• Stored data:
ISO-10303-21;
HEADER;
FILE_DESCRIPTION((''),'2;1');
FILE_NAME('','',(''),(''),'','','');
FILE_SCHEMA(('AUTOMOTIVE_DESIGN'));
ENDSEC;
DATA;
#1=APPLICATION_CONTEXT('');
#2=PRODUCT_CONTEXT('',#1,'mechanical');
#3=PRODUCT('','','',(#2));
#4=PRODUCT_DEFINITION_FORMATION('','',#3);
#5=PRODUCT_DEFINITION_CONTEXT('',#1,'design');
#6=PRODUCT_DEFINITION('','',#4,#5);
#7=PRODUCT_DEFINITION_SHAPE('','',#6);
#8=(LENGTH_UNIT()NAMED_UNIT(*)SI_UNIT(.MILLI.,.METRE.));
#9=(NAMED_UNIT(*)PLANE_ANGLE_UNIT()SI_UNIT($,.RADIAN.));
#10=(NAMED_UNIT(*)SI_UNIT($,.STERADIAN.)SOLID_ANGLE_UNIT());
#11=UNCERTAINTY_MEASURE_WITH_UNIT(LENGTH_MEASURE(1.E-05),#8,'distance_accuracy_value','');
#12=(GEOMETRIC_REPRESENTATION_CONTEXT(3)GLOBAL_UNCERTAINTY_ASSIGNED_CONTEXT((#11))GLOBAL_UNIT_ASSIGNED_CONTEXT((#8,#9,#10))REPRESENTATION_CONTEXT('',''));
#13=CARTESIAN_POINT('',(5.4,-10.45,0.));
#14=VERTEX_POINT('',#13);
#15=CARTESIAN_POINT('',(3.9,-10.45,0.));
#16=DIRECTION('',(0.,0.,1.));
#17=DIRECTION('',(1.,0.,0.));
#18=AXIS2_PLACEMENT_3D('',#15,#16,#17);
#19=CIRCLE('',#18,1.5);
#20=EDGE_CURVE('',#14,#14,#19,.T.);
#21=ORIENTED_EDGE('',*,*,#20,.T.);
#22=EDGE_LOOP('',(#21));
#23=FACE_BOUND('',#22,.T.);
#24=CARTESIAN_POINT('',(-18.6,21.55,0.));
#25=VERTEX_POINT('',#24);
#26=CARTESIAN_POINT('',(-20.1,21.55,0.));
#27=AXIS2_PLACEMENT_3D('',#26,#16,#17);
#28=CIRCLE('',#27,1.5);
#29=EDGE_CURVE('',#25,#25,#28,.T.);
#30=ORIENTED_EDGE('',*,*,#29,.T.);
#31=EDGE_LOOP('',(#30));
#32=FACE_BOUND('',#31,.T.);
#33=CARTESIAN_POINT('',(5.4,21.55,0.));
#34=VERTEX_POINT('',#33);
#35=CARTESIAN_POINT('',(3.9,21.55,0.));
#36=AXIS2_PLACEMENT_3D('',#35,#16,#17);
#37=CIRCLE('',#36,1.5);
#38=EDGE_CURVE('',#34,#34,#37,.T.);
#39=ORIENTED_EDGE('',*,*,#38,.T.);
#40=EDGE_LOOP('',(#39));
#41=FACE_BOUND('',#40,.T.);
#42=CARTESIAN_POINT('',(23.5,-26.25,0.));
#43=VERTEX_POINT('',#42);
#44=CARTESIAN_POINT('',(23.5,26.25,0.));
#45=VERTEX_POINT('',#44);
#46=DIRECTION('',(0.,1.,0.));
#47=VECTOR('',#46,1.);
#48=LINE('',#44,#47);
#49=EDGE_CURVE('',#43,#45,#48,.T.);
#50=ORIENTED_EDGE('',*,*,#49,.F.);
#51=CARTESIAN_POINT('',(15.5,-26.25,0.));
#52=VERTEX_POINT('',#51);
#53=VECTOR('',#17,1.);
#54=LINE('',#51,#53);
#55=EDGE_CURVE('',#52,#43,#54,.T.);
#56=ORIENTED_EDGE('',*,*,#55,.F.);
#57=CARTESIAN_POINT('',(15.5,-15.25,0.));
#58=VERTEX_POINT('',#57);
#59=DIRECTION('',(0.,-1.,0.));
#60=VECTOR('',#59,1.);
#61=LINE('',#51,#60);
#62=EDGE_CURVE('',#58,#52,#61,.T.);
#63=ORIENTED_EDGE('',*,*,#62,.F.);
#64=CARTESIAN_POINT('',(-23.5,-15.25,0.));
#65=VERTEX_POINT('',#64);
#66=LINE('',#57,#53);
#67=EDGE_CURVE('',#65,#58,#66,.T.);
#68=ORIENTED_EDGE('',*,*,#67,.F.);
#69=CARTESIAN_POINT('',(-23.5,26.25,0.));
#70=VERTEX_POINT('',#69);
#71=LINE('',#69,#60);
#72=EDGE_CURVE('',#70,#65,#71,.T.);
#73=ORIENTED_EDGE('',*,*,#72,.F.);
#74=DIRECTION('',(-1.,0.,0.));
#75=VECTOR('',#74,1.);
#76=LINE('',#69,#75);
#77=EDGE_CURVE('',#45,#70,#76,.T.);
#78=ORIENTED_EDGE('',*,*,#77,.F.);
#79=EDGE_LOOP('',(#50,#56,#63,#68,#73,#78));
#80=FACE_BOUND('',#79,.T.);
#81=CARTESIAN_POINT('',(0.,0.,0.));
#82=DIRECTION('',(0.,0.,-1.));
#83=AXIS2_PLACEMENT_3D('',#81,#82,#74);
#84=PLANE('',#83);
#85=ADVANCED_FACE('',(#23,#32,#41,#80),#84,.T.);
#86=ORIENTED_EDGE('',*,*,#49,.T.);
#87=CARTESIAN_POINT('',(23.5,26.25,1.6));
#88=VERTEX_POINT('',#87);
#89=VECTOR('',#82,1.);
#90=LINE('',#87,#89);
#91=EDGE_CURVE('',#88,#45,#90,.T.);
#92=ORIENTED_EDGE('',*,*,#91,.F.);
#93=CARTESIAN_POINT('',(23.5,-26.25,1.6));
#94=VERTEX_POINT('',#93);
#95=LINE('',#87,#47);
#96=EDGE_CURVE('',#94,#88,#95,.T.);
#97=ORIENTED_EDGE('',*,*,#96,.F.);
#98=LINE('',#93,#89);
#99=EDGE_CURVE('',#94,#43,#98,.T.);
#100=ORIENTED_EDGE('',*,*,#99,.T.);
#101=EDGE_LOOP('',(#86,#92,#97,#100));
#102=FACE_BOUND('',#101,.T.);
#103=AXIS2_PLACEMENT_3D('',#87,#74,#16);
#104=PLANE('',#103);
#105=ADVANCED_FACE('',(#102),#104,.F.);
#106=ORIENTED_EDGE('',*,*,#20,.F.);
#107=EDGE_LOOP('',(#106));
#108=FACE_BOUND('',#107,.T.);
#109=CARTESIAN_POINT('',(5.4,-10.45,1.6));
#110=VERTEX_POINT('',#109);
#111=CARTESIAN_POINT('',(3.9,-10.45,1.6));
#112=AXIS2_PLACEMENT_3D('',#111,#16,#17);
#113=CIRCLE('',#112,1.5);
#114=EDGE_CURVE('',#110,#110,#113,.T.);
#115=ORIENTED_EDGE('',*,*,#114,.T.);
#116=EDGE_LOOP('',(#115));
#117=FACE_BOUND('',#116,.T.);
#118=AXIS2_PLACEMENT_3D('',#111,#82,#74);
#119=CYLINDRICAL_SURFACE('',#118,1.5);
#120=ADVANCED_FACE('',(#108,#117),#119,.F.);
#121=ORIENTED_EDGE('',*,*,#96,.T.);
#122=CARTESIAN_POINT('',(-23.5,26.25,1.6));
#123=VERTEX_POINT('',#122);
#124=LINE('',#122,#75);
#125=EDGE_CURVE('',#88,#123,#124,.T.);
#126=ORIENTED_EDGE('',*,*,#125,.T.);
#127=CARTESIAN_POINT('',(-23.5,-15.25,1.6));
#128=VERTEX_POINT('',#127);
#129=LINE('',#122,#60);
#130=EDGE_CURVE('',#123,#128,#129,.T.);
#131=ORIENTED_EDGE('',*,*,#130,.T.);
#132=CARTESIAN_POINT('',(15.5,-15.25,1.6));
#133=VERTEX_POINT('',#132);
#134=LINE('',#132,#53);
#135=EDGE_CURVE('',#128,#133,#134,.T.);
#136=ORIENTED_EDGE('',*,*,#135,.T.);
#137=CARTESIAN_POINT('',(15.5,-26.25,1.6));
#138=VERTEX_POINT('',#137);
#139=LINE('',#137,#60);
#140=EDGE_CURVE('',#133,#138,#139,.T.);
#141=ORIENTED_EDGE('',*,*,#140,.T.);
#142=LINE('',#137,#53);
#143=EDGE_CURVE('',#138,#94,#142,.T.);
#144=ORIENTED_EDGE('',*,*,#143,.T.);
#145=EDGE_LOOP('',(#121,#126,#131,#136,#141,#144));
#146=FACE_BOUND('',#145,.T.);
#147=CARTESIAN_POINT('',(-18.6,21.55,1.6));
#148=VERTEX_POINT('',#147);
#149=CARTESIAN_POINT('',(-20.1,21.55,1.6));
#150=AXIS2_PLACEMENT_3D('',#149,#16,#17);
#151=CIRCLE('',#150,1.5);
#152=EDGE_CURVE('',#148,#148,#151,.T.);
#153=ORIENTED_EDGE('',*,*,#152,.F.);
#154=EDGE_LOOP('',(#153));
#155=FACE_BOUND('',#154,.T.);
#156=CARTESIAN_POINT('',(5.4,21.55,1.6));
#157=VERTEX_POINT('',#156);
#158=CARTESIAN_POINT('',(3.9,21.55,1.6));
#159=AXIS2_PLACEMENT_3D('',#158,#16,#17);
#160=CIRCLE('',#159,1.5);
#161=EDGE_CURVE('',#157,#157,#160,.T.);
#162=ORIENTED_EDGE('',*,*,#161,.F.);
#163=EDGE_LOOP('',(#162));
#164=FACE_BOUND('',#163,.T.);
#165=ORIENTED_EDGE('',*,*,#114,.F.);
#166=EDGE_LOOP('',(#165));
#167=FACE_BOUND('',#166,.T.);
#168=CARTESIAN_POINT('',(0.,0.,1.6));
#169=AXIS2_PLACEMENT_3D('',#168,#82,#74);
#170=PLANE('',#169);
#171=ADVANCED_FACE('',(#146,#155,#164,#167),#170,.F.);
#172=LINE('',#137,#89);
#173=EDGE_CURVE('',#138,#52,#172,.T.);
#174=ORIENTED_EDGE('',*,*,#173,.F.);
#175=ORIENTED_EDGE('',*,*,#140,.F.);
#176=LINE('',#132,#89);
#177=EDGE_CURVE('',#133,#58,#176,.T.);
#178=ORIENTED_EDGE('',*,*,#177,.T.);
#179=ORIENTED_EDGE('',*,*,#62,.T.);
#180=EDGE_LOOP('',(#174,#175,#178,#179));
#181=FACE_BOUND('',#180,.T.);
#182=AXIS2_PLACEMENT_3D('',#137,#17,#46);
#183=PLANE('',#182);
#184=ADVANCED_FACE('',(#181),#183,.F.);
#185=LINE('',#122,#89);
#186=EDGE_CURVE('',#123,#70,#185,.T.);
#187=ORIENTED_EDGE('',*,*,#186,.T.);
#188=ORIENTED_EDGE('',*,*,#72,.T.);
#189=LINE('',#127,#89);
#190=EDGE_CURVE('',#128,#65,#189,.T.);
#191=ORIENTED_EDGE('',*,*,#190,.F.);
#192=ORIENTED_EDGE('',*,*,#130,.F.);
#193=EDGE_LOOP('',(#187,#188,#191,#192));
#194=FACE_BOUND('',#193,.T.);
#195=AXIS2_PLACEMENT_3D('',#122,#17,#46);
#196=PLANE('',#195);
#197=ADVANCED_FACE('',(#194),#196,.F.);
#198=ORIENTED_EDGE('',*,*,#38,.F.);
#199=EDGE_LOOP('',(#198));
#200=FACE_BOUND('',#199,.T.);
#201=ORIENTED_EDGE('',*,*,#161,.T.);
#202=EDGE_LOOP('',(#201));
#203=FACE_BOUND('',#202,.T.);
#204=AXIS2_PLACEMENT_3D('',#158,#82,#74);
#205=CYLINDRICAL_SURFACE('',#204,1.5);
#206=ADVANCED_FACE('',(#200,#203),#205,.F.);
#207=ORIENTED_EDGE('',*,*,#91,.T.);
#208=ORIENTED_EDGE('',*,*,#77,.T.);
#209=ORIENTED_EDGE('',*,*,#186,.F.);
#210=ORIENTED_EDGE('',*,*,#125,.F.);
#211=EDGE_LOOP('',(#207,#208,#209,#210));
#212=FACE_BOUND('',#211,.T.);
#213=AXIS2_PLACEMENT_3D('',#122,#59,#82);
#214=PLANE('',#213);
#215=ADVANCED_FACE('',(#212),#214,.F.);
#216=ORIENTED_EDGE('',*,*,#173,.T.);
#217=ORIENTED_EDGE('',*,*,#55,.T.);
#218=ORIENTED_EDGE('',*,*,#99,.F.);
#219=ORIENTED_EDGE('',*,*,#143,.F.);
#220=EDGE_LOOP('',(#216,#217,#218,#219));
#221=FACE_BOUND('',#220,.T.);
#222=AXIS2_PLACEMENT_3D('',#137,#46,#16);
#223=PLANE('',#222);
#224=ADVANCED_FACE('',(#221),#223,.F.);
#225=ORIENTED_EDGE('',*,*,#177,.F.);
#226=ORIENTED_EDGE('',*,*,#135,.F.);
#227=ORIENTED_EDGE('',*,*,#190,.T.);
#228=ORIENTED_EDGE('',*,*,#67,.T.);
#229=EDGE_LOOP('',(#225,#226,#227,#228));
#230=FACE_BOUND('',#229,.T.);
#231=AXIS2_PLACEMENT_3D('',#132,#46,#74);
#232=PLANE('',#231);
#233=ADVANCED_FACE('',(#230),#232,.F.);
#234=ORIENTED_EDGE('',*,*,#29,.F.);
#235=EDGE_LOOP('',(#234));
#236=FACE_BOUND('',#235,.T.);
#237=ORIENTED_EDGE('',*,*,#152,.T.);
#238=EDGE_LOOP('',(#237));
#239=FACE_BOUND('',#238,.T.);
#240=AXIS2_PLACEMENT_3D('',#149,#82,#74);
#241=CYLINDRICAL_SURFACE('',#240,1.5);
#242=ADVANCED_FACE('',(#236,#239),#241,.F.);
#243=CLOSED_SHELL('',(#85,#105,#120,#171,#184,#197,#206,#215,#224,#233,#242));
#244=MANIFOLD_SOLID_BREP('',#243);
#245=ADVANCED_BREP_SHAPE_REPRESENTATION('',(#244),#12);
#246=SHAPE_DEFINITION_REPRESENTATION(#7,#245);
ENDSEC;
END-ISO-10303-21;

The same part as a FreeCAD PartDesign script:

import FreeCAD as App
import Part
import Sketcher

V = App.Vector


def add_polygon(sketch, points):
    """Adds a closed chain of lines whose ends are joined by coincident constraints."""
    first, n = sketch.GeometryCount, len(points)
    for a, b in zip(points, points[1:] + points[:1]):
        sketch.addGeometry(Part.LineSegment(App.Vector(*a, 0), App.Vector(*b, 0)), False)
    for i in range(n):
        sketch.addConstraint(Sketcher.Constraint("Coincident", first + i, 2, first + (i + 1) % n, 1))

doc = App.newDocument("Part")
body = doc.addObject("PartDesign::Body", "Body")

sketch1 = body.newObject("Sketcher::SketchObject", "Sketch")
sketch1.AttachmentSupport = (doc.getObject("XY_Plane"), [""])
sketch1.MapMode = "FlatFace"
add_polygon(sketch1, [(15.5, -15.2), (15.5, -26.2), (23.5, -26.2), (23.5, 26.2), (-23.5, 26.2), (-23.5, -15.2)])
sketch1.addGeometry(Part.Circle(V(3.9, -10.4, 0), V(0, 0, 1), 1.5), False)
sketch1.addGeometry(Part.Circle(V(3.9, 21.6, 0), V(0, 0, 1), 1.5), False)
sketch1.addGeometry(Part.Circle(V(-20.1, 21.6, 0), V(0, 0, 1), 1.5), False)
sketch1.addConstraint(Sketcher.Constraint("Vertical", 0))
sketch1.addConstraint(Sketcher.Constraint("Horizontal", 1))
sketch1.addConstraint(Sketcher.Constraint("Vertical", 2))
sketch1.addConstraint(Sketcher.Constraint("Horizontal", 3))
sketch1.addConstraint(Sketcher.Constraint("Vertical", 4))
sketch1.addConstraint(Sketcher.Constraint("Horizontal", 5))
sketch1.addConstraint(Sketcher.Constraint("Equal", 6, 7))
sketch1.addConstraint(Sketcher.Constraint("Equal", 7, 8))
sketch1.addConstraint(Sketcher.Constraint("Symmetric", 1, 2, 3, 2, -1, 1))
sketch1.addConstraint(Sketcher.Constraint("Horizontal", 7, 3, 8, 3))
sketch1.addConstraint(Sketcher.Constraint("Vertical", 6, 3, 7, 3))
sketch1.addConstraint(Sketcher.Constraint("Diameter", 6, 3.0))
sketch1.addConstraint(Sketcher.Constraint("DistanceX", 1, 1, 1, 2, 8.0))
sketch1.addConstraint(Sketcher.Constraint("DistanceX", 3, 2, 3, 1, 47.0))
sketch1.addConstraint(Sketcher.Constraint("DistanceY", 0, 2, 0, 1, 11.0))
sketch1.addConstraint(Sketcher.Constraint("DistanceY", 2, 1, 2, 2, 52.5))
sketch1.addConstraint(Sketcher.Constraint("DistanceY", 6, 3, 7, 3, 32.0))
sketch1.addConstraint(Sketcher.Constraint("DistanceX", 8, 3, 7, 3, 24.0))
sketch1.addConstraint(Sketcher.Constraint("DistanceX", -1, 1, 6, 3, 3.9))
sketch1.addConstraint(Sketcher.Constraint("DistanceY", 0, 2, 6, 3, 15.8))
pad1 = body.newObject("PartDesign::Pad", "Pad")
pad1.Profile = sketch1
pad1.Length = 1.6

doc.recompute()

• Activity: Please transcribe the data exactly from its first line. End with the line that contains "#4=PRODUCT_DEFINITION_FORMATION('','',#3);".

• Answer to the exercise:
ISO-10303-21;
HEADER;
FILE_DESCRIPTION((''),'2;1');
FILE_NAME('','',(''),(''),'','','');
FILE_SCHEMA(('AUTOMOTIVE_DESIGN'));
ENDSEC;
DATA;
#1=APPLICATION_CONTEXT('');
#2=PRODUCT_CONTEXT('',#1,'mechanical');
#3=PRODUCT('','','',(#2));
#4=PRODUCT_DEFINITION_FORMATION('','',#3);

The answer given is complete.